_Supplied data_
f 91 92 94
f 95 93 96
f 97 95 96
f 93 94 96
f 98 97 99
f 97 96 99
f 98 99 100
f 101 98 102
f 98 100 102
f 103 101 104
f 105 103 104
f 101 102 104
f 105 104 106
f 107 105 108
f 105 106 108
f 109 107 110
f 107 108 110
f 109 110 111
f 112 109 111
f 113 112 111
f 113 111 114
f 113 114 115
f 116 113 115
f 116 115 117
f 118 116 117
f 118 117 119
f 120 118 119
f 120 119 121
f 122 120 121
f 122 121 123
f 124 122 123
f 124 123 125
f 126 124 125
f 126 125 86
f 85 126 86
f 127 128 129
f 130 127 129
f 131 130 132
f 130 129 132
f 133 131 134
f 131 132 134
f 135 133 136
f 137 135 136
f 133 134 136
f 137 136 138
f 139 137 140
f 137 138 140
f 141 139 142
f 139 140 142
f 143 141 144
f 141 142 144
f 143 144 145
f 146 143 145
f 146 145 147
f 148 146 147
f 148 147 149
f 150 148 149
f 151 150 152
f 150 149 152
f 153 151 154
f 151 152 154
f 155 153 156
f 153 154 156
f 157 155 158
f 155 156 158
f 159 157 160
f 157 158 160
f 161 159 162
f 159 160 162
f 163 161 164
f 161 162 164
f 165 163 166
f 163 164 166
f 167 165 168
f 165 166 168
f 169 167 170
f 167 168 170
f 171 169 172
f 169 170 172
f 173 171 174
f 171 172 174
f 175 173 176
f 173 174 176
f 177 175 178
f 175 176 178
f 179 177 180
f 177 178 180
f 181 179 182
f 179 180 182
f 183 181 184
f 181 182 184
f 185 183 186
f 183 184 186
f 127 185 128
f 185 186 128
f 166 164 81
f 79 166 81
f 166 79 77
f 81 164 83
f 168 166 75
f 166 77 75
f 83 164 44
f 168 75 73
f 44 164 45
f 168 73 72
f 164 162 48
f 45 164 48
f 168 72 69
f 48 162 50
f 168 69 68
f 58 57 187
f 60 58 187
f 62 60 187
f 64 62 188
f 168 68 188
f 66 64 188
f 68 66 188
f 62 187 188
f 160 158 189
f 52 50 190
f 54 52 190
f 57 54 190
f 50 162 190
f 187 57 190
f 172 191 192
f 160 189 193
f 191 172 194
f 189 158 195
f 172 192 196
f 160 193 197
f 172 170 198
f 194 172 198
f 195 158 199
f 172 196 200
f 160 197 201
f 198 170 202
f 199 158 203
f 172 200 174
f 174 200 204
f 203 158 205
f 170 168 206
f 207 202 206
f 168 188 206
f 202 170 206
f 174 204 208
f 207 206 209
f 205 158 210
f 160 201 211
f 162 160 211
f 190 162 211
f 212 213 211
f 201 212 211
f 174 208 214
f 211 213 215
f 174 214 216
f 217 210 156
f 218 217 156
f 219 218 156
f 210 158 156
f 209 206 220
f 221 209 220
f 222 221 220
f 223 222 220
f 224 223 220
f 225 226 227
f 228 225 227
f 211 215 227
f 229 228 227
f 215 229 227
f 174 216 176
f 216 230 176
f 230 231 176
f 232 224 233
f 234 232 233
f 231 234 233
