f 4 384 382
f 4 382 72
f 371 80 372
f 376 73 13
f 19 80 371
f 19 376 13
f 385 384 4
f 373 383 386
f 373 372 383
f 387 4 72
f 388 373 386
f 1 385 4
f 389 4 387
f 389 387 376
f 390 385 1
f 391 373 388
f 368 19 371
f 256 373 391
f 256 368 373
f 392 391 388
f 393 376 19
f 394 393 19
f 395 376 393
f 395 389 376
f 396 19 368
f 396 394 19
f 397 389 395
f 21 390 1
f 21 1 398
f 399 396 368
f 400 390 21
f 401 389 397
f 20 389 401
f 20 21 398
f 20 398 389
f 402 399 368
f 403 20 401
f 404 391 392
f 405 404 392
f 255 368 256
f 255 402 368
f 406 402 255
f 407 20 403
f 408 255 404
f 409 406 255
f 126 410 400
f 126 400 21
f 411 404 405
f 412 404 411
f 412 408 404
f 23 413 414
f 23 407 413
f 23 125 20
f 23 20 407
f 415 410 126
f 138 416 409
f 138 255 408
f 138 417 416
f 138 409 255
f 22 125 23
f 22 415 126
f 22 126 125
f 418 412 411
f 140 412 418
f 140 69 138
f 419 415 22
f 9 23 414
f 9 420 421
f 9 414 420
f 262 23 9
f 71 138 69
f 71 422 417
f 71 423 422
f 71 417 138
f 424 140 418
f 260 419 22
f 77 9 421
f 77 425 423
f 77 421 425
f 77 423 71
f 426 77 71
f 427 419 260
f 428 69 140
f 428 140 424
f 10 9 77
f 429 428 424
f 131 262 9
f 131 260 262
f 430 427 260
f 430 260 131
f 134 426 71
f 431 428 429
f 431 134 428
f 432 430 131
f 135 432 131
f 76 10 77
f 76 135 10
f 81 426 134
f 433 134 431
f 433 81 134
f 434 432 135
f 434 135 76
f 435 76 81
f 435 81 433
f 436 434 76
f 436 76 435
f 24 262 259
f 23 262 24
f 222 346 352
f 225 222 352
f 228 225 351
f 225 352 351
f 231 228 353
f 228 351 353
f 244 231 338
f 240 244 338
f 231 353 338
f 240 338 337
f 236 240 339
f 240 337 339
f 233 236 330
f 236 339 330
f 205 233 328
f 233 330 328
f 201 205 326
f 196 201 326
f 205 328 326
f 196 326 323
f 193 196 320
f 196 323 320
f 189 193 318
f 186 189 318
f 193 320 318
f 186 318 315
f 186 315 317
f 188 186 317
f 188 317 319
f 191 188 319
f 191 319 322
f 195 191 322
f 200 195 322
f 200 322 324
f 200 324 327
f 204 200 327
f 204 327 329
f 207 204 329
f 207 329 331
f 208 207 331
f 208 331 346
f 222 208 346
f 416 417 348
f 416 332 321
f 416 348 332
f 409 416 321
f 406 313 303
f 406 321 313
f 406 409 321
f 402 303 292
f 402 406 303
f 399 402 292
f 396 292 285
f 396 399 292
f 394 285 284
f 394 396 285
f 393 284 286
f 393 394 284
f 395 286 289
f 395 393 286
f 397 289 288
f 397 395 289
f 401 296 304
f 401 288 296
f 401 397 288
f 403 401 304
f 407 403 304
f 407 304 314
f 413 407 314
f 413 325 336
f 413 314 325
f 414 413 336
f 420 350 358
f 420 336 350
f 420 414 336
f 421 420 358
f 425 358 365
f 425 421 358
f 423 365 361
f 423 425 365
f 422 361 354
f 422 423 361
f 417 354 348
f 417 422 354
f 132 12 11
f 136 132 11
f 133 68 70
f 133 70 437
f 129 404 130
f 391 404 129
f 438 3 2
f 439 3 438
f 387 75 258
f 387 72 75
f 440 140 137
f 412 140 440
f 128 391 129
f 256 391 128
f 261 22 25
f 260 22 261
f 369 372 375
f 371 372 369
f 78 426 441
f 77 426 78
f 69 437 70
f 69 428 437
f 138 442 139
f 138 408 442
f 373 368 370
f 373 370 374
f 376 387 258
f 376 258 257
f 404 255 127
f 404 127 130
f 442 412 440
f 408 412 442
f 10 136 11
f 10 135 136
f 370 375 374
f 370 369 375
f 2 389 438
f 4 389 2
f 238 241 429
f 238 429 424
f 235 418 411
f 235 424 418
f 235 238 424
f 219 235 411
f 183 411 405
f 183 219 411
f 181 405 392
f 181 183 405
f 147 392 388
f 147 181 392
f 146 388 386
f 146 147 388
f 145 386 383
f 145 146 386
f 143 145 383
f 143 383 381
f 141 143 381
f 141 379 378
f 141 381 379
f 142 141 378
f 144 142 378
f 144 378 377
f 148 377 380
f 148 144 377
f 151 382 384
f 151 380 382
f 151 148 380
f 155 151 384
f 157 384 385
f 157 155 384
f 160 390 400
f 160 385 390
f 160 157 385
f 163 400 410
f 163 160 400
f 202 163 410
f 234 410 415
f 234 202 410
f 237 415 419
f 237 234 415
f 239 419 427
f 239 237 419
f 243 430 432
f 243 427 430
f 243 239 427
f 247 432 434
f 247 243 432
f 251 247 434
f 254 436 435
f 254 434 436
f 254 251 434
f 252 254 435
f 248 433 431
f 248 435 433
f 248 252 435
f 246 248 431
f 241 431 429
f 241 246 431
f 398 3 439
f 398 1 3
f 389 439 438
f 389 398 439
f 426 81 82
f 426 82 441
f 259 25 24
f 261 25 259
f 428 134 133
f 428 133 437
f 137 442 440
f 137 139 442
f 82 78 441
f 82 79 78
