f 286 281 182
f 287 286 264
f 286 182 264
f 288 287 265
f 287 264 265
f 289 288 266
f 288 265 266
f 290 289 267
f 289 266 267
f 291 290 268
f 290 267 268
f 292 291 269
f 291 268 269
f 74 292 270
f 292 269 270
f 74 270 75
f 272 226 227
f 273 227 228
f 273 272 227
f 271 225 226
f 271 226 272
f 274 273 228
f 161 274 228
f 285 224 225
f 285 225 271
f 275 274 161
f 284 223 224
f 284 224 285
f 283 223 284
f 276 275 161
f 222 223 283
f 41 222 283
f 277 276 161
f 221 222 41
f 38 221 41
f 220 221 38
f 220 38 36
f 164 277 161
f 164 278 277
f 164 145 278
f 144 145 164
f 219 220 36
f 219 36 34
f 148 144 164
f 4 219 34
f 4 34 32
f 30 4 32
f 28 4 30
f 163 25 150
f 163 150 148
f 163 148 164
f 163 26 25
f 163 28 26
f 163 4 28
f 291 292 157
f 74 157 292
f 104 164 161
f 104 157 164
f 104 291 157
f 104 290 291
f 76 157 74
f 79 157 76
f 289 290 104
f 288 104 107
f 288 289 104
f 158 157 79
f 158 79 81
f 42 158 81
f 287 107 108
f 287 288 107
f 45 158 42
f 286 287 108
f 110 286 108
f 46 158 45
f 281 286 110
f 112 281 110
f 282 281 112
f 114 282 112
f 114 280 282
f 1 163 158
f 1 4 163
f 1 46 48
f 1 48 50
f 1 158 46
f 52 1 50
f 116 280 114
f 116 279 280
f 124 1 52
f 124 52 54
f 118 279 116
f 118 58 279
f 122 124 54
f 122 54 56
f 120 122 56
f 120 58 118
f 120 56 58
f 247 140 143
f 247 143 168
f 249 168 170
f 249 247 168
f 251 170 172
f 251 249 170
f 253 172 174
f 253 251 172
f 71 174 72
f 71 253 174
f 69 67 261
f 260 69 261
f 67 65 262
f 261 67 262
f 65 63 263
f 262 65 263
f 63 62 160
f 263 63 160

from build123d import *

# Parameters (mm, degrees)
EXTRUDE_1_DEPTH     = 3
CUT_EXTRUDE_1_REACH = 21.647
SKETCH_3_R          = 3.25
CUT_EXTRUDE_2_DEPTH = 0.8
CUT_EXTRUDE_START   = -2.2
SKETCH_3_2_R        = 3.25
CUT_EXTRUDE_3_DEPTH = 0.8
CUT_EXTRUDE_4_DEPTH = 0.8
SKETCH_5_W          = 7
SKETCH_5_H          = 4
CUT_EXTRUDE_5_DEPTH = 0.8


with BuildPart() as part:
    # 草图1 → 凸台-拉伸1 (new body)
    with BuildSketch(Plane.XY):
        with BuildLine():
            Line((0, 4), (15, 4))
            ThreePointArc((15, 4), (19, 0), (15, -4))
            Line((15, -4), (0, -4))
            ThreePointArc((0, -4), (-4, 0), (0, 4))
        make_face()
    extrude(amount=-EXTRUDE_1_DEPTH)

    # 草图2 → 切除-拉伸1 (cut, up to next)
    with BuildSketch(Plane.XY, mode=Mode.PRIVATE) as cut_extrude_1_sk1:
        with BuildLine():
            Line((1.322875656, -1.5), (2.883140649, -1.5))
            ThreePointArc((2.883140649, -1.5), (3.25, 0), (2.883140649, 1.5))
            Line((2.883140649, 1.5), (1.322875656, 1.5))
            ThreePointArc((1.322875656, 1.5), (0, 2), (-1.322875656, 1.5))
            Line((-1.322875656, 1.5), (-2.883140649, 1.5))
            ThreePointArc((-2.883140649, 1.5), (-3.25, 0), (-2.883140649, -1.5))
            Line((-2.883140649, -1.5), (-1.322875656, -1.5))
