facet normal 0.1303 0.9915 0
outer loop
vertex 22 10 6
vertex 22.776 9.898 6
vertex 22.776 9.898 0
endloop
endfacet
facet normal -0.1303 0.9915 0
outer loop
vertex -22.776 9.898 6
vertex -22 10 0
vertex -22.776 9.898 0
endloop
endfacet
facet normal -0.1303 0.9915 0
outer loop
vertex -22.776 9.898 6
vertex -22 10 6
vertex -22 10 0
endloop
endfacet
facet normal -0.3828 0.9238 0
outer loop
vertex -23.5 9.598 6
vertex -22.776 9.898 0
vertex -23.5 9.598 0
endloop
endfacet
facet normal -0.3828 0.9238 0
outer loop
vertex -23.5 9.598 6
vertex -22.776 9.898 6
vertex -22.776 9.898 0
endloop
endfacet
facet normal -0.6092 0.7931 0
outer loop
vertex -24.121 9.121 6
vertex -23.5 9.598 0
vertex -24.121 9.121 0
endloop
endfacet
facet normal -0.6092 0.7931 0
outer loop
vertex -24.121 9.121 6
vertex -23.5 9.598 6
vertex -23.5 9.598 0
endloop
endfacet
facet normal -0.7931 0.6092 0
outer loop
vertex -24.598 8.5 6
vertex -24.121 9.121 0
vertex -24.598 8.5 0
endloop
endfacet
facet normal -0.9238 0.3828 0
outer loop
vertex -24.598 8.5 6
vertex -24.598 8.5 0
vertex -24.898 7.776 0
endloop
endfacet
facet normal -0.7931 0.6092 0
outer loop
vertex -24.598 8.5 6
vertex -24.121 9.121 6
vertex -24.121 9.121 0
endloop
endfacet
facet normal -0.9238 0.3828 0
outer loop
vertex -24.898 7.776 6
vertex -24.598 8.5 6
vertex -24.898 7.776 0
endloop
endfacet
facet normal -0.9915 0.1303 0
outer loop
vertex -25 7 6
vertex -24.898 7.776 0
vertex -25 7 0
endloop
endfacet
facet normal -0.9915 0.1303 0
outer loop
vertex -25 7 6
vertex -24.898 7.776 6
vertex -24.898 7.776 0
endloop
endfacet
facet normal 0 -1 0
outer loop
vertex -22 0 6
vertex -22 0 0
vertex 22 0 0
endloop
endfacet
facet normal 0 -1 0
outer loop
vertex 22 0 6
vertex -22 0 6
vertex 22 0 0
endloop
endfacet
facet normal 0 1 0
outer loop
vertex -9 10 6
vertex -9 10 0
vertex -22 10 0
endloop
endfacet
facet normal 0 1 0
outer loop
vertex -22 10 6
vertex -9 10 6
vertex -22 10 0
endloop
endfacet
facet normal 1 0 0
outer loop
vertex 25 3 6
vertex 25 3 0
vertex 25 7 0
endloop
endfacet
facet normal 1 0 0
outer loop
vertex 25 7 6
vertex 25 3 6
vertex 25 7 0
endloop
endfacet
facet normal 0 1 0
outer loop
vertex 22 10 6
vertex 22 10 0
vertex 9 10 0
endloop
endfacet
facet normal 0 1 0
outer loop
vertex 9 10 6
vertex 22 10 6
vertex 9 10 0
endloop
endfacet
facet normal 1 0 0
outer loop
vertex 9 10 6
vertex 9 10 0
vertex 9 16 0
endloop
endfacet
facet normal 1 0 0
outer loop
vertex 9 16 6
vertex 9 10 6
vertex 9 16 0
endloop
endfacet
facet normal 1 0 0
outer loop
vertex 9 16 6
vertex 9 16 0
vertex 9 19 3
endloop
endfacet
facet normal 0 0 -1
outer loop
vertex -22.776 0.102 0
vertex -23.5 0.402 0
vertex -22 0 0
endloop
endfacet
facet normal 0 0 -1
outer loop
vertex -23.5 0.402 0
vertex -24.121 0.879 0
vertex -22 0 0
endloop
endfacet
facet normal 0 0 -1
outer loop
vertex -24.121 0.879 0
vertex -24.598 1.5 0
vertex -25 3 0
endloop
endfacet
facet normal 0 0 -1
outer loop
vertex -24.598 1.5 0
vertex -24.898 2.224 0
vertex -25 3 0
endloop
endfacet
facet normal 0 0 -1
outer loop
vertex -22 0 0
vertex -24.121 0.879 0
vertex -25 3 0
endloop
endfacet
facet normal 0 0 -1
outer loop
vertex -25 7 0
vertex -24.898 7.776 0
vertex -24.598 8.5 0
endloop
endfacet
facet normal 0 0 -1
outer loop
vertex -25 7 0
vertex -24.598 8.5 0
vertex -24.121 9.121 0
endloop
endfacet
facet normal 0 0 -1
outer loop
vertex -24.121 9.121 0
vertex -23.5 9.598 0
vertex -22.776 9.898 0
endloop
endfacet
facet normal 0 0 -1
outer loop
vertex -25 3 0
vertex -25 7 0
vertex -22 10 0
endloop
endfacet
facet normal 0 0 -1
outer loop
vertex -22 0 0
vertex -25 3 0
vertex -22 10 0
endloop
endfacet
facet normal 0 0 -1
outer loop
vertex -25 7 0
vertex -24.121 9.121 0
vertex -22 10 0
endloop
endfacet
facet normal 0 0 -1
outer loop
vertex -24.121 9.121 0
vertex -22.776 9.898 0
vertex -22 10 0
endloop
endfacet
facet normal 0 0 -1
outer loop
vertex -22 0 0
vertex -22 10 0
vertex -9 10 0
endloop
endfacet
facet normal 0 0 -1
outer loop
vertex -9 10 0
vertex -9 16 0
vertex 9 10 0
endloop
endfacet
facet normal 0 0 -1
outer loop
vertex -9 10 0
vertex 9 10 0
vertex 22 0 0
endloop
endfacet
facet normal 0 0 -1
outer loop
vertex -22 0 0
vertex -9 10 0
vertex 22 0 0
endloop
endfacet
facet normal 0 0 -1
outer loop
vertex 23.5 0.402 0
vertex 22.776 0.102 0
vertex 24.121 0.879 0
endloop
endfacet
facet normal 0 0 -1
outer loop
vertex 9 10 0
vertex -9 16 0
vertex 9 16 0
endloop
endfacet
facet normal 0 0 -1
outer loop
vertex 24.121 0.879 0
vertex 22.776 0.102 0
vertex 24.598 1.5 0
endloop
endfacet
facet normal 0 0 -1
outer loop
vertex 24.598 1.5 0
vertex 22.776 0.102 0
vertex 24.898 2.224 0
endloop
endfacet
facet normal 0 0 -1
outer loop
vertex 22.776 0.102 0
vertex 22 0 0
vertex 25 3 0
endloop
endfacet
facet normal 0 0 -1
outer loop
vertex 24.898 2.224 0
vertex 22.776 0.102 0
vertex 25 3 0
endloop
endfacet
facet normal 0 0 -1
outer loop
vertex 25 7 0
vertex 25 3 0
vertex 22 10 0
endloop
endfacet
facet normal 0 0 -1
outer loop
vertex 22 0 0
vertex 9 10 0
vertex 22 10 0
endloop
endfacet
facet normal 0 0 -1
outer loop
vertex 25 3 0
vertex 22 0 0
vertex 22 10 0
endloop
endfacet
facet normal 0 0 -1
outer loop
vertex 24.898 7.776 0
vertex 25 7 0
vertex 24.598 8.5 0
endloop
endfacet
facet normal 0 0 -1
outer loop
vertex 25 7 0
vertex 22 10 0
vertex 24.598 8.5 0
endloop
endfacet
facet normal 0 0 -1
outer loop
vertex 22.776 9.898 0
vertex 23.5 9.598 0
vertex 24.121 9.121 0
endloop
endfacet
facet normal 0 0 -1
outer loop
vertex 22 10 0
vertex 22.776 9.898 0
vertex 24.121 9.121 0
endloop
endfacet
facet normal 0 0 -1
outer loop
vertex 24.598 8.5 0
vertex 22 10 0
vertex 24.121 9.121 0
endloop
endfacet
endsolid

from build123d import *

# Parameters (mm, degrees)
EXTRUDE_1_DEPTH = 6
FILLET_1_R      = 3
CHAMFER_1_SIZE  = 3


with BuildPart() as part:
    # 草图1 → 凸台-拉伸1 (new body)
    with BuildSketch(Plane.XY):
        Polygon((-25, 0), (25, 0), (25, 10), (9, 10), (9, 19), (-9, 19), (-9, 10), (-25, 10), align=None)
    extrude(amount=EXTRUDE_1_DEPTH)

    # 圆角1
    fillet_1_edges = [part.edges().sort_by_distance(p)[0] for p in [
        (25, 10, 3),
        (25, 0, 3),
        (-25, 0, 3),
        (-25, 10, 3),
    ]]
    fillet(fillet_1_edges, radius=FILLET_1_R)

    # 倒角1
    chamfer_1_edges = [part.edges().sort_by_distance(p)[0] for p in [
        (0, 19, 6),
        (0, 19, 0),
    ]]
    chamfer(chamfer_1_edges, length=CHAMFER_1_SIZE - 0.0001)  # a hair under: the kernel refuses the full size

_What the task asks_
Go through the entries and report every line with the string "ThreePointArc".

_Answer to this task_
            ThreePointArc((15, 4), (19, 0), (15, -4))
            ThreePointArc((0, -4), (-4, 0), (0, 4))
            ThreePointArc((2.883140649, -1.5), (3.25, 0), (2.883140649, 1.5))
            ThreePointArc((1.322875656, 1.5), (0, 2), (-1.322875656, 1.5))
            ThreePointArc((-2.883140649, 1.5), (-3.25, 0), (-2.883140649, -1.5))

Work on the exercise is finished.